*** Supplied data ***

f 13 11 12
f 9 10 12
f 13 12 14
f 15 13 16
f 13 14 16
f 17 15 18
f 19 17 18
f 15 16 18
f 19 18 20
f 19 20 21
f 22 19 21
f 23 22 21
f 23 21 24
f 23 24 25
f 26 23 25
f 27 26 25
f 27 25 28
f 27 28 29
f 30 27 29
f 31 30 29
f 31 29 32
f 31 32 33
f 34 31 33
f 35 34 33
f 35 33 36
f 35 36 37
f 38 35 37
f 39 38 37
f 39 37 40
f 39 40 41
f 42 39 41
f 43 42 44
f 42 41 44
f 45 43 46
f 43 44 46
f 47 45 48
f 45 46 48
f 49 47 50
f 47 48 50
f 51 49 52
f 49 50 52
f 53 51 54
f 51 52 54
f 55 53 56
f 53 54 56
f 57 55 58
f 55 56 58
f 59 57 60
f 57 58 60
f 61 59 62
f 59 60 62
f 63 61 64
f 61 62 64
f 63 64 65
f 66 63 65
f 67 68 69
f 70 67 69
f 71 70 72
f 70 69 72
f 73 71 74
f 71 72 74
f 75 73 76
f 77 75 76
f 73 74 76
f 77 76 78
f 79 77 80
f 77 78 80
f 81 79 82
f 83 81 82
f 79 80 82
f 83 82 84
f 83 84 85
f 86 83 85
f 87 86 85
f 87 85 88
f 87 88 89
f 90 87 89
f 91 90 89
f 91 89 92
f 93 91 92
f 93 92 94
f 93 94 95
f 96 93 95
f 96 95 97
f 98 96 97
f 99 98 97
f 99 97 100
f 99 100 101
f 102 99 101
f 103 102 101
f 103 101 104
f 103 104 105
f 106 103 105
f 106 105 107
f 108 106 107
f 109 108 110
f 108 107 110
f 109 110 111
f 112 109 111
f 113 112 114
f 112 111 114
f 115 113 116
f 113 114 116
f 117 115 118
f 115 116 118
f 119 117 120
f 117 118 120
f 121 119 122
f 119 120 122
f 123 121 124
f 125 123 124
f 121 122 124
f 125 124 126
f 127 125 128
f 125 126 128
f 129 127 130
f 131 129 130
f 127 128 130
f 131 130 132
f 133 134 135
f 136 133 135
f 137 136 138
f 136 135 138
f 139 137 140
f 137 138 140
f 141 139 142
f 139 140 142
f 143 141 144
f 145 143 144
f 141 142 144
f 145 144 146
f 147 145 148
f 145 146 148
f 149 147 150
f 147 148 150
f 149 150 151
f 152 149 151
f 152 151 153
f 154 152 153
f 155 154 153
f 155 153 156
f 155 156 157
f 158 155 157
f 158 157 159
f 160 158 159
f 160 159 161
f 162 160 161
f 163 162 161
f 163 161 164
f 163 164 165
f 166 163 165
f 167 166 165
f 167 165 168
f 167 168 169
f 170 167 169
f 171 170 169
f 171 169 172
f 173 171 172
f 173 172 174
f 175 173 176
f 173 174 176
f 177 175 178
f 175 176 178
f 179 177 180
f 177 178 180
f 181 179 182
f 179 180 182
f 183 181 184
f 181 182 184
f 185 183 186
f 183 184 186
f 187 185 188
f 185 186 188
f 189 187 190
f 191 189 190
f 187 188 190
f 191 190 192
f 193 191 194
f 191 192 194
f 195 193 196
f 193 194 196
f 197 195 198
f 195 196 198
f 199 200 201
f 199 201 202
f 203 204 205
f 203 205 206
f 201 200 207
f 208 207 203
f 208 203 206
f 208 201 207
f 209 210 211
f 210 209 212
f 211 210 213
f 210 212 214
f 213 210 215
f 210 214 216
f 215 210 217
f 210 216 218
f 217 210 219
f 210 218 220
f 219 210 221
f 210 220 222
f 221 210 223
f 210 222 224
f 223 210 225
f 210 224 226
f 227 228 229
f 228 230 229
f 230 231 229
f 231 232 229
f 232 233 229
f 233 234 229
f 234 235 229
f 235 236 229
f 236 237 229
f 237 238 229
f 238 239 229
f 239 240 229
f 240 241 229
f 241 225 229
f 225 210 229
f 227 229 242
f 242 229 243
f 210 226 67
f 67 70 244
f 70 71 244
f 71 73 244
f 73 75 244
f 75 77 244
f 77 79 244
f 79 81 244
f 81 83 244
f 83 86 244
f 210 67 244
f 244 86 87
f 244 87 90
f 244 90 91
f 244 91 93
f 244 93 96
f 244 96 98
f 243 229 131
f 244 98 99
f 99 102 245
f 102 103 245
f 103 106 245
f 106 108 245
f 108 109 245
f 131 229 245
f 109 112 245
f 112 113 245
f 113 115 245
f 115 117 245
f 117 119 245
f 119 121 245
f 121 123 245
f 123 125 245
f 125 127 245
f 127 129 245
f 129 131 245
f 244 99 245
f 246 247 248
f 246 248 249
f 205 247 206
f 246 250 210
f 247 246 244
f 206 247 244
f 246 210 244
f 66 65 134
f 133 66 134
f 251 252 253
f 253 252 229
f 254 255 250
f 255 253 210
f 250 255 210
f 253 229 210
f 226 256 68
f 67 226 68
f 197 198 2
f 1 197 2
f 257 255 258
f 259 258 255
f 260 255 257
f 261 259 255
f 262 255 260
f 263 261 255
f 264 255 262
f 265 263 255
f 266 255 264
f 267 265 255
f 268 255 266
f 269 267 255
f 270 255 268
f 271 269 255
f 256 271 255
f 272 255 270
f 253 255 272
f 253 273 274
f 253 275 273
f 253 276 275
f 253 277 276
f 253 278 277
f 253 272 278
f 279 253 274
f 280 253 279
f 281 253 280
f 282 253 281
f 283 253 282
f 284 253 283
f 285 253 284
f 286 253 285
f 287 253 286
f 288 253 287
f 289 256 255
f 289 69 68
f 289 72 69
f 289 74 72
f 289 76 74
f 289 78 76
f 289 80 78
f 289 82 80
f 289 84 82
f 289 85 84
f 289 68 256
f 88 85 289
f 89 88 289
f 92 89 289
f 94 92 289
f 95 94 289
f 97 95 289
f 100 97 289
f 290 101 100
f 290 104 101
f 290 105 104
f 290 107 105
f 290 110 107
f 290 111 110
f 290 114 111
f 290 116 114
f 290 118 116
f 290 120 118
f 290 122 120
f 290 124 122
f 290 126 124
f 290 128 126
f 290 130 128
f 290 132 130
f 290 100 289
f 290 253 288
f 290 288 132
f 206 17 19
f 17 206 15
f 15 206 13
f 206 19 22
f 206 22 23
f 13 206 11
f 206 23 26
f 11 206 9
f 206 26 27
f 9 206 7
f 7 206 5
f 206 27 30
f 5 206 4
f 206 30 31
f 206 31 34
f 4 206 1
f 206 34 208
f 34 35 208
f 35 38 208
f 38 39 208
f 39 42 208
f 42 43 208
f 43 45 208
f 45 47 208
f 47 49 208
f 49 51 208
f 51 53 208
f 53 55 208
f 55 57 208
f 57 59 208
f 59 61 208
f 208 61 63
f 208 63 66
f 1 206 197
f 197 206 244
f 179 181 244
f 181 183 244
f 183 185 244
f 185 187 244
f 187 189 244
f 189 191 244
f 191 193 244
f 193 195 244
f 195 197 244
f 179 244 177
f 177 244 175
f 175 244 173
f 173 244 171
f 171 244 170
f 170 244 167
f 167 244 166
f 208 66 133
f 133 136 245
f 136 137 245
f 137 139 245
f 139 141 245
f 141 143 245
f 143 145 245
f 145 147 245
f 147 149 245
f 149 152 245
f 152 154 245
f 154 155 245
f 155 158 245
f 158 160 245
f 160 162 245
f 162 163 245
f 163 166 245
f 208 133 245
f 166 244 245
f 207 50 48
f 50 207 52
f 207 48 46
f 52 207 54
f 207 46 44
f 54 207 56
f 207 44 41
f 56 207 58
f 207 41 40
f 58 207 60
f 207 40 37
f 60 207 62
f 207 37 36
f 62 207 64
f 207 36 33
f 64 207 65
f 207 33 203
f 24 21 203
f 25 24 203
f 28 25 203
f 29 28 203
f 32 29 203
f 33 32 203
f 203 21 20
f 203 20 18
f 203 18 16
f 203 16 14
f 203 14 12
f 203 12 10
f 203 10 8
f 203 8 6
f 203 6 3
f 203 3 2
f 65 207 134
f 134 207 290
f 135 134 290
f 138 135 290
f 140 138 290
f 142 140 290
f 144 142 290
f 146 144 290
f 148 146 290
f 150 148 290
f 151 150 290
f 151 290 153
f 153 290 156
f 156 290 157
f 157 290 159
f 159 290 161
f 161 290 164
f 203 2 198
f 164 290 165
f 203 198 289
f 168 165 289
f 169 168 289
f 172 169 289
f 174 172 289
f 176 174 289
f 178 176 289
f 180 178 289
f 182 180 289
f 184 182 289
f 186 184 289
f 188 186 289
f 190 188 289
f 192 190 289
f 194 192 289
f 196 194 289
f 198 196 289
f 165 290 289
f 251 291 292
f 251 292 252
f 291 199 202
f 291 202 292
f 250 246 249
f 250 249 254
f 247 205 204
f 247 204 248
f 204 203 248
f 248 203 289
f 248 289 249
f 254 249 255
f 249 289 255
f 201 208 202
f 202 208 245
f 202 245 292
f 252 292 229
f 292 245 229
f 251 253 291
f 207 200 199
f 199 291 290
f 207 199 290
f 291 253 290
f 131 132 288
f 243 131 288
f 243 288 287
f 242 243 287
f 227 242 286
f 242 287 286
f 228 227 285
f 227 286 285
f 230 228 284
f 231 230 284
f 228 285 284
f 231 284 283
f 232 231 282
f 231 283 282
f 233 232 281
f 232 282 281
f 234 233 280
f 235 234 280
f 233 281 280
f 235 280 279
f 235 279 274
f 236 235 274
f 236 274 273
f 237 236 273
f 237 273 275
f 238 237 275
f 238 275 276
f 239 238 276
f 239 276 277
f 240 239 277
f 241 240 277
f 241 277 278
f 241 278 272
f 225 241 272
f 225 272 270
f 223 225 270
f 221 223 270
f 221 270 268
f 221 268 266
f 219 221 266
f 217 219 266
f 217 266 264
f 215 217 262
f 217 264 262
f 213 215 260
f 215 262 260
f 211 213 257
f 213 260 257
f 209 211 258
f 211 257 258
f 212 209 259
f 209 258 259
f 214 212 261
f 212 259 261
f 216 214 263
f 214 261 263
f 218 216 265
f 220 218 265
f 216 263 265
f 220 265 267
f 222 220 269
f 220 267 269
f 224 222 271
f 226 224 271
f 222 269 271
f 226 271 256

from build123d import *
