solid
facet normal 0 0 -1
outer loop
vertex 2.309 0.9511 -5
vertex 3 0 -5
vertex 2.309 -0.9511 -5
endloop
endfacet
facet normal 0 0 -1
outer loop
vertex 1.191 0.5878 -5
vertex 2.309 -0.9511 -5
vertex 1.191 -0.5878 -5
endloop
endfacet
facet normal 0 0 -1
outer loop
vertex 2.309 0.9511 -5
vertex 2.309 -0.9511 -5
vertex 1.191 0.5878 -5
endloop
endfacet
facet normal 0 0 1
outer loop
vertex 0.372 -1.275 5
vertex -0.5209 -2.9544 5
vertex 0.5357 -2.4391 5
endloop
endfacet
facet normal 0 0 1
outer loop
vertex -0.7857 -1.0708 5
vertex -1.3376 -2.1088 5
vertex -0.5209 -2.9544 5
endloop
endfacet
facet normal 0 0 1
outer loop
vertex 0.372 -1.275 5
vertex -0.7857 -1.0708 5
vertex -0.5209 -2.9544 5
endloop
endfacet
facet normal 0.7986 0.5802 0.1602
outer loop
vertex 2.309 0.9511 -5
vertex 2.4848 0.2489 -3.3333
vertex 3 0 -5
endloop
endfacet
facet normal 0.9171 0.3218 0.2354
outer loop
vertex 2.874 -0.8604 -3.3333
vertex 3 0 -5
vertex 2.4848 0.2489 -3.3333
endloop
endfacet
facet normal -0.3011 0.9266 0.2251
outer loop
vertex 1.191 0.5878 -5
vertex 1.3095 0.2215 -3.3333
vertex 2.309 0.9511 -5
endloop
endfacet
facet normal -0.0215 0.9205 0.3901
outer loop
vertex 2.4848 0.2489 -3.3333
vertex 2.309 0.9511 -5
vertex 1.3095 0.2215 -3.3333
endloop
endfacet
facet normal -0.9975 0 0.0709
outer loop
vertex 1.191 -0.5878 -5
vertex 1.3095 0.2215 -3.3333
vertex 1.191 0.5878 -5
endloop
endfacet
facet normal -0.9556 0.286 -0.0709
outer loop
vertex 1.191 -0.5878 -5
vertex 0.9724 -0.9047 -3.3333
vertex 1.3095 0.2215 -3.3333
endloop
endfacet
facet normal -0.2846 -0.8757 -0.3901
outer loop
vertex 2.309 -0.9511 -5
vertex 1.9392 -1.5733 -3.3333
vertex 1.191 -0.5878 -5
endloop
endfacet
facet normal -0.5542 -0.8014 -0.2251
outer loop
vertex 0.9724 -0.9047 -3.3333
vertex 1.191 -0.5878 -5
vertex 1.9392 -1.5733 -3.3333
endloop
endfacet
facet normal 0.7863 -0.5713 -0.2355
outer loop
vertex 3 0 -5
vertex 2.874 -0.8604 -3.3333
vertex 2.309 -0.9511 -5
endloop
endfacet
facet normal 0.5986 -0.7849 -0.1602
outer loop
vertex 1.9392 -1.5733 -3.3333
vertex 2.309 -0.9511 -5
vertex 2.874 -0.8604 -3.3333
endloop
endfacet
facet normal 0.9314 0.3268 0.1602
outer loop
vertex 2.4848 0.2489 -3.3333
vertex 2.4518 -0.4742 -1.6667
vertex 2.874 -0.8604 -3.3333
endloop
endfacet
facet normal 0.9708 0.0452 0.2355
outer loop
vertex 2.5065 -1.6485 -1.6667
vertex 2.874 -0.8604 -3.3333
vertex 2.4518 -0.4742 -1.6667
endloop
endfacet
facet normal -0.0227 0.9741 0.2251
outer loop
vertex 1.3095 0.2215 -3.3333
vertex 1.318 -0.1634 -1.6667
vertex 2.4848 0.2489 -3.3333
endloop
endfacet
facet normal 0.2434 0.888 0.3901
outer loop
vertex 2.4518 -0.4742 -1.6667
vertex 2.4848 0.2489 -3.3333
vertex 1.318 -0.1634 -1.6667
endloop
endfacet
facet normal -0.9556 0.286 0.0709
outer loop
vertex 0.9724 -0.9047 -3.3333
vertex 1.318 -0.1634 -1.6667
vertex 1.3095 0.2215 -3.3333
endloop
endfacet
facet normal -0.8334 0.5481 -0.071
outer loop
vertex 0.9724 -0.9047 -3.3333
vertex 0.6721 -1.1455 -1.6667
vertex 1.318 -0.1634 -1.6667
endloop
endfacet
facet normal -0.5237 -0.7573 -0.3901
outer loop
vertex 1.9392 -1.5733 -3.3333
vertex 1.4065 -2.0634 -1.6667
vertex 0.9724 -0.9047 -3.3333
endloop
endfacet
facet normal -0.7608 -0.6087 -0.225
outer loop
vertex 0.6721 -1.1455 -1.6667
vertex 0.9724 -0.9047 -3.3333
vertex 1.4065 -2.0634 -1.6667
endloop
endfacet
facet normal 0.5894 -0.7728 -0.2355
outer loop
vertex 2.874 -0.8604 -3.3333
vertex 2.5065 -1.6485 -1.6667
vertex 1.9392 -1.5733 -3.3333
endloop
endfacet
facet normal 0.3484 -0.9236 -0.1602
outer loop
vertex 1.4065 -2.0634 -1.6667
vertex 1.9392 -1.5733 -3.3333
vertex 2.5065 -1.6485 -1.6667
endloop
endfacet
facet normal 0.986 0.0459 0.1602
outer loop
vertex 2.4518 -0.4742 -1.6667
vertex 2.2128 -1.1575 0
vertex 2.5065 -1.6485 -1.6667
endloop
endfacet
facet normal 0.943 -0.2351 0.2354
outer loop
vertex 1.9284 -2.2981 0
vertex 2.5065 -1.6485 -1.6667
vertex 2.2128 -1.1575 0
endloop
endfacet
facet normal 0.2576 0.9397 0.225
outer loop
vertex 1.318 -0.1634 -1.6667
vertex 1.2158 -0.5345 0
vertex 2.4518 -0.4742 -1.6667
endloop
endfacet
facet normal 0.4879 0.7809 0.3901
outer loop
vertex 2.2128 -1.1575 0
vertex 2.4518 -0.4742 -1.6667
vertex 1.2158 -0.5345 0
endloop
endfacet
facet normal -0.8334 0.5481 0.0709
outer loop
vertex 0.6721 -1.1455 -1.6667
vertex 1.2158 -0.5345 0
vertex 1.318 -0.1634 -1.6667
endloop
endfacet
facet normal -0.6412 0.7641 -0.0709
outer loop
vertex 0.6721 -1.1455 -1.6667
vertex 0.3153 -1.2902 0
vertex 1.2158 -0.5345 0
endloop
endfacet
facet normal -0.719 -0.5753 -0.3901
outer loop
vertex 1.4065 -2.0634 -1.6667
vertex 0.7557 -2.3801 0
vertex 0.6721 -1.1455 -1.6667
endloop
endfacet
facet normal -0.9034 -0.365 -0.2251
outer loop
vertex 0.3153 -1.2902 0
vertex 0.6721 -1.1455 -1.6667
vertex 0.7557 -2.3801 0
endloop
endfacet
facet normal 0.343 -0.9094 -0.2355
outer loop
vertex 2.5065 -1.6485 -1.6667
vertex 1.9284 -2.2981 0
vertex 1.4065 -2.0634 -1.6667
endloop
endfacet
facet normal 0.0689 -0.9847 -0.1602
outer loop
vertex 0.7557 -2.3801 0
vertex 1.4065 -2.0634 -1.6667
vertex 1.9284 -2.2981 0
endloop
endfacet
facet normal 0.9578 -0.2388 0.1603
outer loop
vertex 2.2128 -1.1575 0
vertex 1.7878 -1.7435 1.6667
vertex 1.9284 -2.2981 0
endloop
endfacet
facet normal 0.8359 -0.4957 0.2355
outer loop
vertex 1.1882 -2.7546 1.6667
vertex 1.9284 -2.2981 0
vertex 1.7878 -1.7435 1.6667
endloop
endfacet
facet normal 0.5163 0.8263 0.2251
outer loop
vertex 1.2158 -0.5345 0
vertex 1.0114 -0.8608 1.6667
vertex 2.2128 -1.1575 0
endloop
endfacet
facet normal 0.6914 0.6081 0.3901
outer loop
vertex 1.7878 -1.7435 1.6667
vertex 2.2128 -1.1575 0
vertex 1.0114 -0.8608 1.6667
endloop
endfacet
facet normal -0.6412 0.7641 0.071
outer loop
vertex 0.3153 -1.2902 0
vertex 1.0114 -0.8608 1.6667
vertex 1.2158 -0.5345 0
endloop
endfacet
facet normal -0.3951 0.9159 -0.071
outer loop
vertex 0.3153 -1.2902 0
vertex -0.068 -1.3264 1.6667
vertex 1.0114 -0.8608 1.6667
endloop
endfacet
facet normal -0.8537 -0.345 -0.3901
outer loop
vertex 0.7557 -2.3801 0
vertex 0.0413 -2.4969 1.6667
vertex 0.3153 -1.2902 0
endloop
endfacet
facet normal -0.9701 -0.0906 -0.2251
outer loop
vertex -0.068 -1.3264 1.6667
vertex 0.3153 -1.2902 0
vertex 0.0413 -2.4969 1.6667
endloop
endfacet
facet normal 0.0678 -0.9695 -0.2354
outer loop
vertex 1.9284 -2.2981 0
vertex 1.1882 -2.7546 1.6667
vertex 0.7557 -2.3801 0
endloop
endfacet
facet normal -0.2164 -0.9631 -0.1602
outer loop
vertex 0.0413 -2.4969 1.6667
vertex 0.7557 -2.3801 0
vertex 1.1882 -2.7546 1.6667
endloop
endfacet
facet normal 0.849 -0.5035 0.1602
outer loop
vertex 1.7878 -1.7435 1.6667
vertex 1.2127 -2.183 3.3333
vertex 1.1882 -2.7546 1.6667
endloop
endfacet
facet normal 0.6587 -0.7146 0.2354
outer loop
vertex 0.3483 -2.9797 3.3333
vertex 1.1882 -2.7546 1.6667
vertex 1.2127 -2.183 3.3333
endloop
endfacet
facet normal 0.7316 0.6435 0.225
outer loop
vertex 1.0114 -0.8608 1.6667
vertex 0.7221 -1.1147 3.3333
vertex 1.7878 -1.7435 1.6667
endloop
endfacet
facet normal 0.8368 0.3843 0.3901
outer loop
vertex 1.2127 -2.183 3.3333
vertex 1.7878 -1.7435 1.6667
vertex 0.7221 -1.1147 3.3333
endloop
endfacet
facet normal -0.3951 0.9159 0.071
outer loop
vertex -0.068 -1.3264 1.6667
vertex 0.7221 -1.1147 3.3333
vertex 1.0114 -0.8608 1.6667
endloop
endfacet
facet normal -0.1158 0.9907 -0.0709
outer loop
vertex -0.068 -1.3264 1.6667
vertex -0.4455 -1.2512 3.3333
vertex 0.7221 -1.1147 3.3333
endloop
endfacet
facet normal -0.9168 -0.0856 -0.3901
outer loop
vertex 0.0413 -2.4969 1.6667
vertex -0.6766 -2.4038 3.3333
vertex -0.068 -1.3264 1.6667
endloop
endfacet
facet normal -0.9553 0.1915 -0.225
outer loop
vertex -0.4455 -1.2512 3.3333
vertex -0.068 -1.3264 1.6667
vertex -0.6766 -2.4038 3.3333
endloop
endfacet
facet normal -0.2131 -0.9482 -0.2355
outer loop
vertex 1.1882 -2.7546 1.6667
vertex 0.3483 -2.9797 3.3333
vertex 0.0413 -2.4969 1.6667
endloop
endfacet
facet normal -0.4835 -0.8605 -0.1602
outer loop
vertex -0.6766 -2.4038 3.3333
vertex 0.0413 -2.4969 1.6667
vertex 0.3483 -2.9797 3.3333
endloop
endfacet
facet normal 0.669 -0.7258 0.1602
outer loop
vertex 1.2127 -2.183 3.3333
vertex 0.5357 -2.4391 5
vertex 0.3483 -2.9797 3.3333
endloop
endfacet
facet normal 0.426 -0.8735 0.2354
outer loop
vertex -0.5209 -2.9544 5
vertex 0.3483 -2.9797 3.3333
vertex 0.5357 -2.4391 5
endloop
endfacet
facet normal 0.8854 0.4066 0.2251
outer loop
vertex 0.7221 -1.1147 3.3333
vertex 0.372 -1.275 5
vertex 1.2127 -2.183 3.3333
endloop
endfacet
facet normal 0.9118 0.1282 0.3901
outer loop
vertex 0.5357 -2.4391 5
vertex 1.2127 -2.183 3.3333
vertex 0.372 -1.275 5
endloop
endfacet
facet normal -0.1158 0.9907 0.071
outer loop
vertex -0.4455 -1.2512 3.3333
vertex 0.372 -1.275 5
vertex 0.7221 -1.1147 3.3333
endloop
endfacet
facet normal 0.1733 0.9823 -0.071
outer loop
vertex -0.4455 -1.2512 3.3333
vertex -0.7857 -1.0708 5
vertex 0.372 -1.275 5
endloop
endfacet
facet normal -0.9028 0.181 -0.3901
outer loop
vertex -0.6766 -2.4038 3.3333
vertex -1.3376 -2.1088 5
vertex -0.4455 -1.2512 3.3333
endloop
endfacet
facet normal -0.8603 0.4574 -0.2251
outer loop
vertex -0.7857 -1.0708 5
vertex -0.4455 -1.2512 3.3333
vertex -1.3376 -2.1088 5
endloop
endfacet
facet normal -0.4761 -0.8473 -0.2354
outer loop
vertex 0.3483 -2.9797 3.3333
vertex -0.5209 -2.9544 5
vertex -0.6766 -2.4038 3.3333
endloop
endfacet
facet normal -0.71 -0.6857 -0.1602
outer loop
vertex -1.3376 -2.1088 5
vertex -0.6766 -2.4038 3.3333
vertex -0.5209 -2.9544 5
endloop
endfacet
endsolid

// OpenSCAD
// Unit of length: Unit.MM
linear_extrude(height = 10.0, center = true, convexity = 10, twist = 100.0, scale = 1.0)
{
   translate(v = [2.0, 0.0])
   {
      circle(d = 2.0);
   }
}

*** End of Supplied data ***

What you have to do: All lines above from the one with "f 288 253 287" to the one with "f 290 114 111", inclusive, should be copied exactly, and no other lines.

Exercise answer:
f 288 253 287
f 289 256 255
f 289 69 68
f 289 72 69
f 289 74 72
f 289 76 74
f 289 78 76
f 289 80 78
f 289 82 80
f 289 84 82
f 289 85 84
f 289 68 256
f 88 85 289
f 89 88 289
f 92 89 289
f 94 92 289
f 95 94 289
f 97 95 289
f 100 97 289
f 290 101 100
f 290 104 101
f 290 105 104
f 290 107 105
f 290 110 107
f 290 111 110
f 290 114 111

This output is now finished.